Sheridan plan draws mixed reviews

Some residents are worried that the $97 million plan for the Sheridan Expressway does not go far enough to make a difference for the neighborhood.

Local residents engage with the DOT on the new Sheridan design

Some residents are worried that the $97 million plan for the Sheridan Expressway does not go far enough to make a difference for the neighborhood.

The city showcased its proposed design for a boulevard to replace the expressway, in hopes of providing better accessibility for pedestrians and cyclists, and make driving safer. At a meeting on Oct. 18 at PS 811 on Longfellow Avenue, residents invested in the project praised the effort on some levels, but felt that without decreasing the number of traffic lanes, and increasing the number of places where pedestrians can cross, the plan does not live up to expectations.

“I think it’s a good step towards reclaiming space – city streets – from the vehicles to make them more accessible to pedestrians,” said Brennan Ortiz, the Greenway coordinator at the Bronx River Alliance.

Titled the “Sheridan Project,” the reconstruction of the highway aims to connect the residential areas of the neighborhood to the Bronx River and waterfront parks by introducing three new intersections for pedestrians and bicyclists, as well as a one-way southbound lane between 173rd Street and Jennings Street.

The new design includes better access to Starlight Park, street parking along the northbound lane of the expressway, and general improvements in traffic signals, paving and lighting.
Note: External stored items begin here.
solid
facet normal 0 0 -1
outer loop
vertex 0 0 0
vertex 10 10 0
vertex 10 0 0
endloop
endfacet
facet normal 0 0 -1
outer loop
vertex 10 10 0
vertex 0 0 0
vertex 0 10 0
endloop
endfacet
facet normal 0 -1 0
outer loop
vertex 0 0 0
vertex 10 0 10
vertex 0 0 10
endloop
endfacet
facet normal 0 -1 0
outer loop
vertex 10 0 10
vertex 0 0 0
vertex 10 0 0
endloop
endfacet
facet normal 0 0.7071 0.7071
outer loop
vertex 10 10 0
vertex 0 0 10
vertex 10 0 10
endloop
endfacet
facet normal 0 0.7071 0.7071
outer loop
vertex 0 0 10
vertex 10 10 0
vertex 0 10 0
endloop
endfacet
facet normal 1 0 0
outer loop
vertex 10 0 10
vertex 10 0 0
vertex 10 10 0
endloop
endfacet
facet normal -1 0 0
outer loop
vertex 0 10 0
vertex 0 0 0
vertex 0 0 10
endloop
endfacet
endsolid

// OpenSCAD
module triangle(l, w, h){
      polyhedron(//pt 0        1        2        3        4        5
              points=[[0,0,0], [l,0,0], [l,w,0], [0,w,0], [0,w,h], [l,w,h]],
              faces=[[0,1,2,3],[5,4,3,2],[0,4,5,1],[0,3,4],[5,2,1]]
              );
            }
  
translate([10,10,0]) rotate([0,0,180])  triangle(10, 10, 10);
To cap it off, the city plans to build a pedestrian bridge from Starlight Park over the Bronx River to Soundview.

“The whole idea of decommissioning the Sheridan is something that I think was long-needed,” said Royi Via Ferguson. Ferguson cites the limited accessibility of travelling across from one side of the expressway to the other as a leading factor of this project. “It’s going to really beautify the neighborhood,” she said.
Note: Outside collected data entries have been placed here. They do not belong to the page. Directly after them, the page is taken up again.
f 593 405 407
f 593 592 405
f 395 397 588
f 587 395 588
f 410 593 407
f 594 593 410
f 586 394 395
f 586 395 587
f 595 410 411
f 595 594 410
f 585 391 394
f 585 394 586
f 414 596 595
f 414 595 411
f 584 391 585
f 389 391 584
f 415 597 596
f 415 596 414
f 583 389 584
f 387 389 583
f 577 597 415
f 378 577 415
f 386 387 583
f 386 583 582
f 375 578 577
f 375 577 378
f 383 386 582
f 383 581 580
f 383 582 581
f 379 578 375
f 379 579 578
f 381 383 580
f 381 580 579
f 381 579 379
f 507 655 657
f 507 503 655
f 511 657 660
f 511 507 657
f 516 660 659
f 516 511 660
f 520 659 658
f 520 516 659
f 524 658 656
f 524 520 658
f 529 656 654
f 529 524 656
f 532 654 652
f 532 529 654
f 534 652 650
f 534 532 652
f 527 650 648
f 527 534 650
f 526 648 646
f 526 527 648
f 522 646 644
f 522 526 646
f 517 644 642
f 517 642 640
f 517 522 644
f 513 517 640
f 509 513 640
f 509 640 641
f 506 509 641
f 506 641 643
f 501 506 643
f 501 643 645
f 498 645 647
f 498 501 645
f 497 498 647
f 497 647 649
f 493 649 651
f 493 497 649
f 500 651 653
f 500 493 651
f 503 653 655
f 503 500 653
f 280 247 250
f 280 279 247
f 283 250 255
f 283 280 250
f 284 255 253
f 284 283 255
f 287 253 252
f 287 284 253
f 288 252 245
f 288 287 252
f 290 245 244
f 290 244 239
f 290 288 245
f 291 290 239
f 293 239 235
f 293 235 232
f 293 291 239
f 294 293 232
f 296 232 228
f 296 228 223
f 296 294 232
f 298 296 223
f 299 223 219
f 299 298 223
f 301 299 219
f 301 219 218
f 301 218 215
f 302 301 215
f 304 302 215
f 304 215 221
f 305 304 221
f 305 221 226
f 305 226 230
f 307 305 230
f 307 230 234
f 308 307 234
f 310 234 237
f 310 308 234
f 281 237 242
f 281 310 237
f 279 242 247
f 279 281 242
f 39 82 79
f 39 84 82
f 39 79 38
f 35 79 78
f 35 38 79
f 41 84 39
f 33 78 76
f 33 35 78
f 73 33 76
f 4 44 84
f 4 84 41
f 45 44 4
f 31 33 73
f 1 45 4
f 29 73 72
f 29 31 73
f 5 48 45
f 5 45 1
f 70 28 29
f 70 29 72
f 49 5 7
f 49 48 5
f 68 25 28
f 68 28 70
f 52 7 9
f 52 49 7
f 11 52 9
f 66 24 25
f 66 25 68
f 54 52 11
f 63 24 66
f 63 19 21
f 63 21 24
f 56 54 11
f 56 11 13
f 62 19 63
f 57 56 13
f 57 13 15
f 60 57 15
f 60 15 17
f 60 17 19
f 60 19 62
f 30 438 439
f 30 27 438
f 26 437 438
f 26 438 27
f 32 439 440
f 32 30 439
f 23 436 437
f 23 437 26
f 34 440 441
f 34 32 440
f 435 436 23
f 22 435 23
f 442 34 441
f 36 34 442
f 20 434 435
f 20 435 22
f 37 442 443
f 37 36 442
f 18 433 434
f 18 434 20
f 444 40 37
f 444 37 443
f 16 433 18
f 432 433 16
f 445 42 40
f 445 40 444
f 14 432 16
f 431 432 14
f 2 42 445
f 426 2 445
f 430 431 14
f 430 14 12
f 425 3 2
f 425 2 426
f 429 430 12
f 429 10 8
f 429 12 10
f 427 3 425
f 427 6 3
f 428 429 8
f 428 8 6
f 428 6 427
However, many residents say the plan does not go far enough to reduce traffic and make the waterfront accessible. According to the Southern Bronx River Watershed Alliance, the “community endorsed” design for the Sheridan includes a sharp reduction in traffic lanes from 11 to five, changing the expressway entirely into a pedestrian-accessible street, a new public waterfront, and developable land for affordable housing. None of these amenities are included in the city’s new plan. In fact, the city’s plans include keeping all 11 traffic lanes.

“We thought that was going to be something that was going to be taken into consideration,” said Ely Diaz, program coordinator of Nos Quedamos, on reducing the amount of traffic lanes. “We’re going to do our best to have our voices heard…. in the next few months, weeks, whatever it takes for the city to come on board with the community!”
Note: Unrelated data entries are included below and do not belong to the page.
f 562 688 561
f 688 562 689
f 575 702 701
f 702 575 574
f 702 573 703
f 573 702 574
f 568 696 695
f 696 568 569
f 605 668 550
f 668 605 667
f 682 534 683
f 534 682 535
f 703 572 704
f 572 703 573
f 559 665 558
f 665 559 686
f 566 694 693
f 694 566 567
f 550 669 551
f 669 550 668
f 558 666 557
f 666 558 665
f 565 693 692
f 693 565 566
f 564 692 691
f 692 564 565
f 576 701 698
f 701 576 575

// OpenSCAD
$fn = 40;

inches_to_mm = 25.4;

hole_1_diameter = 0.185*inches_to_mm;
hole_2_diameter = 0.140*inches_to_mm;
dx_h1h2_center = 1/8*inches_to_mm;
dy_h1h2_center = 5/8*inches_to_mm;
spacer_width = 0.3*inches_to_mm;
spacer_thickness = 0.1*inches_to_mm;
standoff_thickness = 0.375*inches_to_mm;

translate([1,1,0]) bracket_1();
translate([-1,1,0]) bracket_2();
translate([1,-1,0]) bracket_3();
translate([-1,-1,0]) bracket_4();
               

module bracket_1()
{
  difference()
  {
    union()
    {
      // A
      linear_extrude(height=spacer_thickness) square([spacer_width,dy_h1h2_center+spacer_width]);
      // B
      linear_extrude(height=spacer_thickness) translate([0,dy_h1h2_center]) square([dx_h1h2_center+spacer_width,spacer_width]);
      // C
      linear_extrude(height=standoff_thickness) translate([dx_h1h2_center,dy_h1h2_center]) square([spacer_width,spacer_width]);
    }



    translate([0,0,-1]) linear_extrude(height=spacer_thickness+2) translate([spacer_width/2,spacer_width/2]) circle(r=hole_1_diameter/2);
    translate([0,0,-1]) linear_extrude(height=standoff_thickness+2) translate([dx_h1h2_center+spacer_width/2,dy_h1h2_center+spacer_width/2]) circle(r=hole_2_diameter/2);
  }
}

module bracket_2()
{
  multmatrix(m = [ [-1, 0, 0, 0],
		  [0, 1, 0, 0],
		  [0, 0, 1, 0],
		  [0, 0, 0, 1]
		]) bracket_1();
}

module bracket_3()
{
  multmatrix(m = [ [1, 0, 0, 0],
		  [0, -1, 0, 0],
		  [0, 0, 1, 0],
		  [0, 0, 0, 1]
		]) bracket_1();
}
Funding to demolish the Sheridan Expressway was announced by Gov. Cuomo in March – the state plans to invest a total of $1.8 billion in transportation and highway improvements in the South Bronx. Plans for the reconstruction were finalized in 2013.

Local residents have criticized the city for leaving the community out of the process especially after a meeting in June had few residents in attendance due to insufficient outreach and notification.

Inadequate community outreach was brought up by some residents who attended the October meeting yet again.

“If I didn’t follow them [Bronx River Alliance on Twitter], I wouldn’t have known that this event was happening,” said Ferguson.

Those who did attend the meeting got a high-tech presentation: it featured a virtual reality simulation, where residents were able to view a 3D model of the new boulevard through goggles attached to a smartphone.

“It was great. I think was the first time I saw a rendering in that way,” said Ortiz, adding that it was beneficial to “experience it in a way that you would, once it is completed.”

An attendee at the October meeting views the Sheridan plan on VR.

According to the DOT, the design will be completed by next spring, while construction will commence in fall of 2018, with “substantial construction” to be completed the following fall, in 2019.

“This project gives us an opportunity to reconnect these neighborhoods,” said Harold Fink, deputy chief engineer for the project, saying that the plan will transform the Sheridan Expressway into “an urban boulevard instead of an interstate highway. It’ll look a lot better.”